Chick’s earlier audit of contracting at Los Angeles World Airports sparked criminal inquiries into whether contracts were traded for political donations. But the controller’s audit of the Department of Public Works did not uncover evidence of criminal conduct.


“This audit points to concerns in the areas of transparency, consistency, and fair and open competition in the Public Works’ contracting process,” Chick wrote in an open letter to elected officials. “The Board of Public Works needs to improve how it manages the awarding and monitoring of its contracts.”


The department is the city’s largest outside of police and fire, and awards more than $1 billion annually in contracts.

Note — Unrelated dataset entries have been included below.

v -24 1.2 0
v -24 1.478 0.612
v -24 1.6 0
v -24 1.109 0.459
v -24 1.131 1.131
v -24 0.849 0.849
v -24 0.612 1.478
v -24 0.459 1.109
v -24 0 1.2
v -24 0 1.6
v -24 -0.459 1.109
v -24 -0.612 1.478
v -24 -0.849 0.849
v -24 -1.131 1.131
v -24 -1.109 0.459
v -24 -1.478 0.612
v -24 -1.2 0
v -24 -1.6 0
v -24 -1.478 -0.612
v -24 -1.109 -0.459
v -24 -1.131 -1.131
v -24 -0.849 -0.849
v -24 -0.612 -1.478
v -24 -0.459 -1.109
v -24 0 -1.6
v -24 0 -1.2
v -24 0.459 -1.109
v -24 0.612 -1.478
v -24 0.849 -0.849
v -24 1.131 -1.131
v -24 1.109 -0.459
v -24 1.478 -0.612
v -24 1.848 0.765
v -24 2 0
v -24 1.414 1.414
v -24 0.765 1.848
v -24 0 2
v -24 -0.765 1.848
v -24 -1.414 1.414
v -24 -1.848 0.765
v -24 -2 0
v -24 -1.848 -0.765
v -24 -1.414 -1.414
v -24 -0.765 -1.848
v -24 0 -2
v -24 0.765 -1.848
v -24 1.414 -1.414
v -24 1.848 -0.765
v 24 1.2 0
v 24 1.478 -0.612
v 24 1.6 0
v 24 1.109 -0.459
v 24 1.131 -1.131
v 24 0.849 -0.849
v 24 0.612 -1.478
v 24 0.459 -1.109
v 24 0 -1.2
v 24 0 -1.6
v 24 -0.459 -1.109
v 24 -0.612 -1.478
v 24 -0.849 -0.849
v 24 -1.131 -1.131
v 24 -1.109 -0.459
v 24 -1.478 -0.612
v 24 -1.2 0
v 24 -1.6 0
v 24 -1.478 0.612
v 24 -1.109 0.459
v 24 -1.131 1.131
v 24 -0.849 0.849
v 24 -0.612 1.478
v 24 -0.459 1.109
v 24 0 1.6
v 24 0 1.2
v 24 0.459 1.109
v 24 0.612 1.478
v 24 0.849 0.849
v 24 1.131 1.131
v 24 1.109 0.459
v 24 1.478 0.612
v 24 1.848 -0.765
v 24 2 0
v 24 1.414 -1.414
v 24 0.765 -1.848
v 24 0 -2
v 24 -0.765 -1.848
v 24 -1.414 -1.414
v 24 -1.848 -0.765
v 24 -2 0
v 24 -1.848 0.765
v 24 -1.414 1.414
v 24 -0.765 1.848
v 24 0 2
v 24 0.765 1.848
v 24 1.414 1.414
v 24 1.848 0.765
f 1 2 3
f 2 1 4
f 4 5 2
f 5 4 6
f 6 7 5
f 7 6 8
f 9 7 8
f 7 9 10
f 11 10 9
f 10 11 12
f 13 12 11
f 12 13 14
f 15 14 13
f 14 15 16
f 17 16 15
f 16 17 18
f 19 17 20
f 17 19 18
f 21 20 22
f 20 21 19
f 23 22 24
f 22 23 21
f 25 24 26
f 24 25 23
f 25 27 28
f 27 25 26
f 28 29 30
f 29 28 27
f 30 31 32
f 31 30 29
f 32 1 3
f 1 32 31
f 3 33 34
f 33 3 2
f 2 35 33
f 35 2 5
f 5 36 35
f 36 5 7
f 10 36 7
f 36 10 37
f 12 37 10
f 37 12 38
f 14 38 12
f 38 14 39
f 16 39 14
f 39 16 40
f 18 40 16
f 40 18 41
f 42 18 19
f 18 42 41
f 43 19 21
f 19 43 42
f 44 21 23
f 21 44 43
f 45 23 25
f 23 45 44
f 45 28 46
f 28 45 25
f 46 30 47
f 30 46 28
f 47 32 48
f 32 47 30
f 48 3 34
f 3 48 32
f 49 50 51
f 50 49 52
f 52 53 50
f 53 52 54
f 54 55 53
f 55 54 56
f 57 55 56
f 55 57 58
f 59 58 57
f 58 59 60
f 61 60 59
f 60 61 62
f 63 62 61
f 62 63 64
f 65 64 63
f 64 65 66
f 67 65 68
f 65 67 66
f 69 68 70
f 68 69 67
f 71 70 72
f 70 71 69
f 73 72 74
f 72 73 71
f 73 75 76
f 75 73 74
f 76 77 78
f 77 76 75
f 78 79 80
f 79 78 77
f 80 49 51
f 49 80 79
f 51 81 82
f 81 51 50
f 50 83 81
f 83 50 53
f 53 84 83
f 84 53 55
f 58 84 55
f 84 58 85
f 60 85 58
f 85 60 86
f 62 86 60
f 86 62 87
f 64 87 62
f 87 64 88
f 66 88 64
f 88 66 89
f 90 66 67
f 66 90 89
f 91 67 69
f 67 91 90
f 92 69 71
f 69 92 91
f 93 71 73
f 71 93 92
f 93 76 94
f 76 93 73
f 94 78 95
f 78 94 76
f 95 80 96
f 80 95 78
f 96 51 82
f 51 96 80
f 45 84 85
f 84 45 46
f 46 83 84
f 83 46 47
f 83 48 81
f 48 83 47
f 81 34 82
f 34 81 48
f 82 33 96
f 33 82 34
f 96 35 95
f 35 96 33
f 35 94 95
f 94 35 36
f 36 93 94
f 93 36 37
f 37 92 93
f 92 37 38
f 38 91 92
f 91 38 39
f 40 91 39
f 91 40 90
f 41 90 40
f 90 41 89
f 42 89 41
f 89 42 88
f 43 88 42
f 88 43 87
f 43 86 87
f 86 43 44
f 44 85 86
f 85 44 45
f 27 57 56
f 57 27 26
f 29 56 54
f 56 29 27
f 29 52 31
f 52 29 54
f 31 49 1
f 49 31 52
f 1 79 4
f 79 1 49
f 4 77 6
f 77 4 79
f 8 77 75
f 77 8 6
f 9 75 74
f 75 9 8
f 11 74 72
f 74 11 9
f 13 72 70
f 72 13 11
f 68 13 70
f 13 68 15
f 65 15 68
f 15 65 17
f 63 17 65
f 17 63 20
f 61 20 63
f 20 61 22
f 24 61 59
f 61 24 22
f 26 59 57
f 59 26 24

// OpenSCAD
// file: ../p/4-4disc.scad
use <../lib.scad>
$fa=1; $fs=0.2;
function ldraw_lib__4_4disc(realsolid=false) = [
// 0 Disc 1.0
// 0 Name: 4-4disc.dat
// 0 Author: James Jessiman
// 0 !LDRAW_ORG Primitive UPDATE 2002-02
// 0 !LICENSE Licensed under CC BY 2.0 and CC BY 4.0 : see CAreadme.txt
// 
// 0 BFC CERTIFY CCW
  [0,"BFC","CERTIFY"],
  [0,"BFC","CCW"],
// 
// 0 !HISTORY 1998-12-15 [PTadmin] Official Update 1998-10
// 0 !HISTORY 2002-03-23 [sbliss] Added BFC statement
// 0 !HISTORY 2002-04-25 [PTadmin] Official Update 2002-02
// 0 !HISTORY 2007-06-24 [PTadmin] Header formatted for Contributor Agreement
// 0 !HISTORY 2008-07-01 [PTadmin] Official Update 2008-01
// 
// 
// 3 16 0 0 0 1 0 0 0.9239 0 0.3827
  [3,16,0,0,0,1,0,0,0.9239,0,0.3827],
// 3 16 0 0 0 0.9239 0 0.3827 0.7071 0 0.7071
  [3,16,0,0,0,0.9239,0,0.3827,0.7071,0,0.7071],
// 3 16 0 0 0 0.7071 0 0.7071 0.3827 0 0.9239
  [3,16,0,0,0,0.7071,0,0.7071,0.3827,0,0.9239],
// 3 16 0 0 0 0.3827 0 0.9239 0 0 1
  [3,16,0,0,0,0.3827,0,0.9239,0,0,1],
// 3 16 0 0 0 0 0 1 -0.3827 0 0.9239
  [3,16,0,0,0,0,0,1,-0.3827,0,0.9239],
// 3 16 0 0 0 -0.3827 0 0.9239 -0.7071 0 0.7071
  [3,16,0,0,0,-0.3827,0,0.9239,-0.7071,0,0.7071],
// 3 16 0 0 0 -0.7071 0 0.7071 -0.9239 0 0.3827
  [3,16,0,0,0,-0.7071,0,0.7071,-0.9239,0,0.3827],
// 3 16 0 0 0 -0.9239 0 0.3827 -1 0 -0
  [3,16,0,0,0,-0.9239,0,0.3827,-1,0,-0],
// 3 16 0 0 0 -1 0 -0 -0.9239 0 -0.3827
  [3,16,0,0,0,-1,0,-0,-0.9239,0,-0.3827],
// 3 16 0 0 0 -0.9239 0 -0.3827 -0.7071 0 -0.7071
  [3,16,0,0,0,-0.9239,0,-0.3827,-0.7071,0,-0.7071],
// 3 16 0 0 0 -0.7071 0 -0.7071 -0.3827 0 -0.9239
  [3,16,0,0,0,-0.7071,0,-0.7071,-0.3827,0,-0.9239],
// 3 16 0 0 0 -0.3827 0 -0.9239 0 0 -1
  [3,16,0,0,0,-0.3827,0,-0.9239,0,0,-1],
// 3 16 0 0 0 0 0 -1 0.3827 0 -0.9239
  [3,16,0,0,0,0,0,-1,0.3827,0,-0.9239],
// 3 16 0 0 0 0.3827 0 -0.9239 0.7071 0 -0.7071
  [3,16,0,0,0,0.3827,0,-0.9239,0.7071,0,-0.7071],
// 3 16 0 0 0 0.7071 0 -0.7071 0.9239 0 -0.3827
  [3,16,0,0,0,0.7071,0,-0.7071,0.9239,0,-0.3827],
// 3 16 0 0 0 0.9239 0 -0.3827 1 0 0
  [3,16,0,0,0,0.9239,0,-0.3827,1,0,0],
// 0
];
module ldraw_lib__4_4disc(step=0, col=false, unit=2/5, alt=false, line=0.2, solid=!$preview)
    makepoly(ldraw_lib__4_4disc(solid), step=step, col=col, unit=unit, alt=alt, line=line, solid=solid);
ldraw_lib__4_4disc(line=0.2);
// file: ../p/stud3.scad
use <../lib.scad>
use <4-4cyli.scad>
use <4-4disc.scad>
use <4-4edge.scad>
$fa=1; $fs=0.2;
function ldraw_lib__stud3(realsolid=false) = realsolid ? 
    [openscad(translate([0,0,-eps()], o=cylinder(4+eps(), r=4)),2)] : [
// 0 Stud Tube Solid
// 0 Name: stud3.dat
// 0 Author: James Jessiman
// 0 !LDRAW_ORG Primitive UPDATE 2012-01
// 0 !LICENSE Licensed under CC BY 2.0 and CC BY 4.0 : see CAreadme.txt
// 
// 0 BFC CERTIFY CCW
  [0,"BFC","CERTIFY"],
  [0,"BFC","CCW"],
// 
// 0 !HISTORY 2002-04-04 [sbliss] Modified for BFC compliance
// 0 !HISTORY 2002-04-25 [PTadmin] Official Update 2002-02
// 0 !HISTORY 2007-06-24 [PTadmin] Header formatted for Contributor Agreement
// 0 !HISTORY 2008-07-01 [PTadmin] Official Update 2008-01
// 0 !HISTORY 2012-02-16 [Philo] Changed to CCW
// 0 !HISTORY 2012-03-30 [PTadmin] Official Update 2012-01
// 
// 
// 1 16 0 -4 0 4 0 0 0 1 0 0 0 4 4-4edge.dat
  [1,16,0,-4,0,4,0,0,0,1,0,0,0,4, ldraw_lib__4_4edge(realsolid)],
// 1 16 0 0 0 4 0 0 0 1 0 0 0 4 4-4edge.dat
  [1,16,0,0,0,4,0,0,0,1,0,0,0,4, ldraw_lib__4_4edge(realsolid)],
// 1 16 0 -4 0 4 0 0 0 1 0 0 0 4 4-4disc.dat
  [1,16,0,-4,0,4,0,0,0,1,0,0,0,4, ldraw_lib__4_4disc(realsolid)],
// 1 16 0 -4 0 4 0 0 0 4 0 0 0 4 4-4cyli.dat
  [1,16,0,-4,0,4,0,0,0,4,0,0,0,4, ldraw_lib__4_4cyli(realsolid)],
];
module ldraw_lib__stud3(step=0, col=false, unit=2/5, alt=false, line=0.2, solid=!$preview)
    makepoly(ldraw_lib__stud3(solid), step=step, col=col, unit=unit, alt=alt, line=line, solid=solid);
ldraw_lib__stud3(line=0.2);
// file: ../p/stud.scad
use <../lib.scad>
use <4-4cyli.scad>
use <4-4disc.scad>
use <4-4edge.scad>
$fa=1; $fs=0.2;
function ldraw_lib__stud(realsolid=false) = realsolid ? 
    [openscad(translate([0,0,-eps()], o=cylinder(4+eps(), r=6)),2)] : [
// 0 Stud
// 0 Name: stud.dat
// 0 Author: James Jessiman
// 0 !LDRAW_ORG Primitive UPDATE 2012-01
// 0 !LICENSE Licensed under CC BY 2.0 and CC BY 4.0 : see CAreadme.txt
// 
// 0 BFC CERTIFY CCW
  [0,"BFC","CERTIFY"],
  [0,"BFC","CCW"],
// 
// 0 !HISTORY 2002-04-04 [sbliss] Modified for BFC compliance
// 0 !HISTORY 2002-04-25 [PTadmin] Official Update 2002-02
// 0 !HISTORY 2007-06-24 [PTadmin] Header formatted for Contributor Agreement
// 0 !HISTORY 2008-07-01 [PTadmin] Official Update 2008-01
// 0 !HISTORY 2012-02-16 [Philo] Changed to CCW
// 0 !HISTORY 2012-03-30 [PTadmin] Official Update 2012-01
// 
//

Its responsibilities include garbage pickup, sewage treatment and street repair and construction.


The board, which overseas its operations, is appointed by Mayor James Hahn. Its president, Valerie Lynne Shaw, was on vacation and not available for comment, according to Cora Jackson Fossett, a spokeswoman for the Department of Public Works


However, Jackson Fossett noted that Chick’s criticisms were limited to relatively small contracts among the department’s $1 billion in annual contracting costs.


“The concerns that she brought up, we certainly are going to look into them,” said Jackson Fossett. “(But) we’re pleased that the dollar amounts she cited, which is $8 million, were little ones and not an across-the-board inconsistency.”


Chick’s audit faulted public works officials for failing to document its reasons for selecting some contractors, for inadequately managing contracts for some construction projects and for not justifying decisions to outsource work that could be done by city workers.


Chick said the public works board did not determine whether it was cost-efficient to outsource $6 million in annual contracts to truck haulers. The audit also criticized the board’s awarding of a waste-disposal contract without considering competing bids. Chick also said the department spends $2 million a year on outside contractors to trim trees, even though the department has city workers assigned to that task.


A private auditing firm hired by Chick’s office, Sjoberg-Evashenk Consulting LLC, concluded that the department had improved its contracting procedures in response to lawsuits from contractors denied work on the Hyperion Treatment Plant in the late 1990s. The city has paid out $16.3 million so far to satisfy those claims.


Fossett Jackson said the department has had to outsource some work such as tree trimming and trash hauling because of a citywide hiring freeze. But she said the department was open to any ideas on how to streamline contracting processes and to save money.


“Where we can implement changes and do them quickly, we’re going to move forward,” Fossett Jackson said.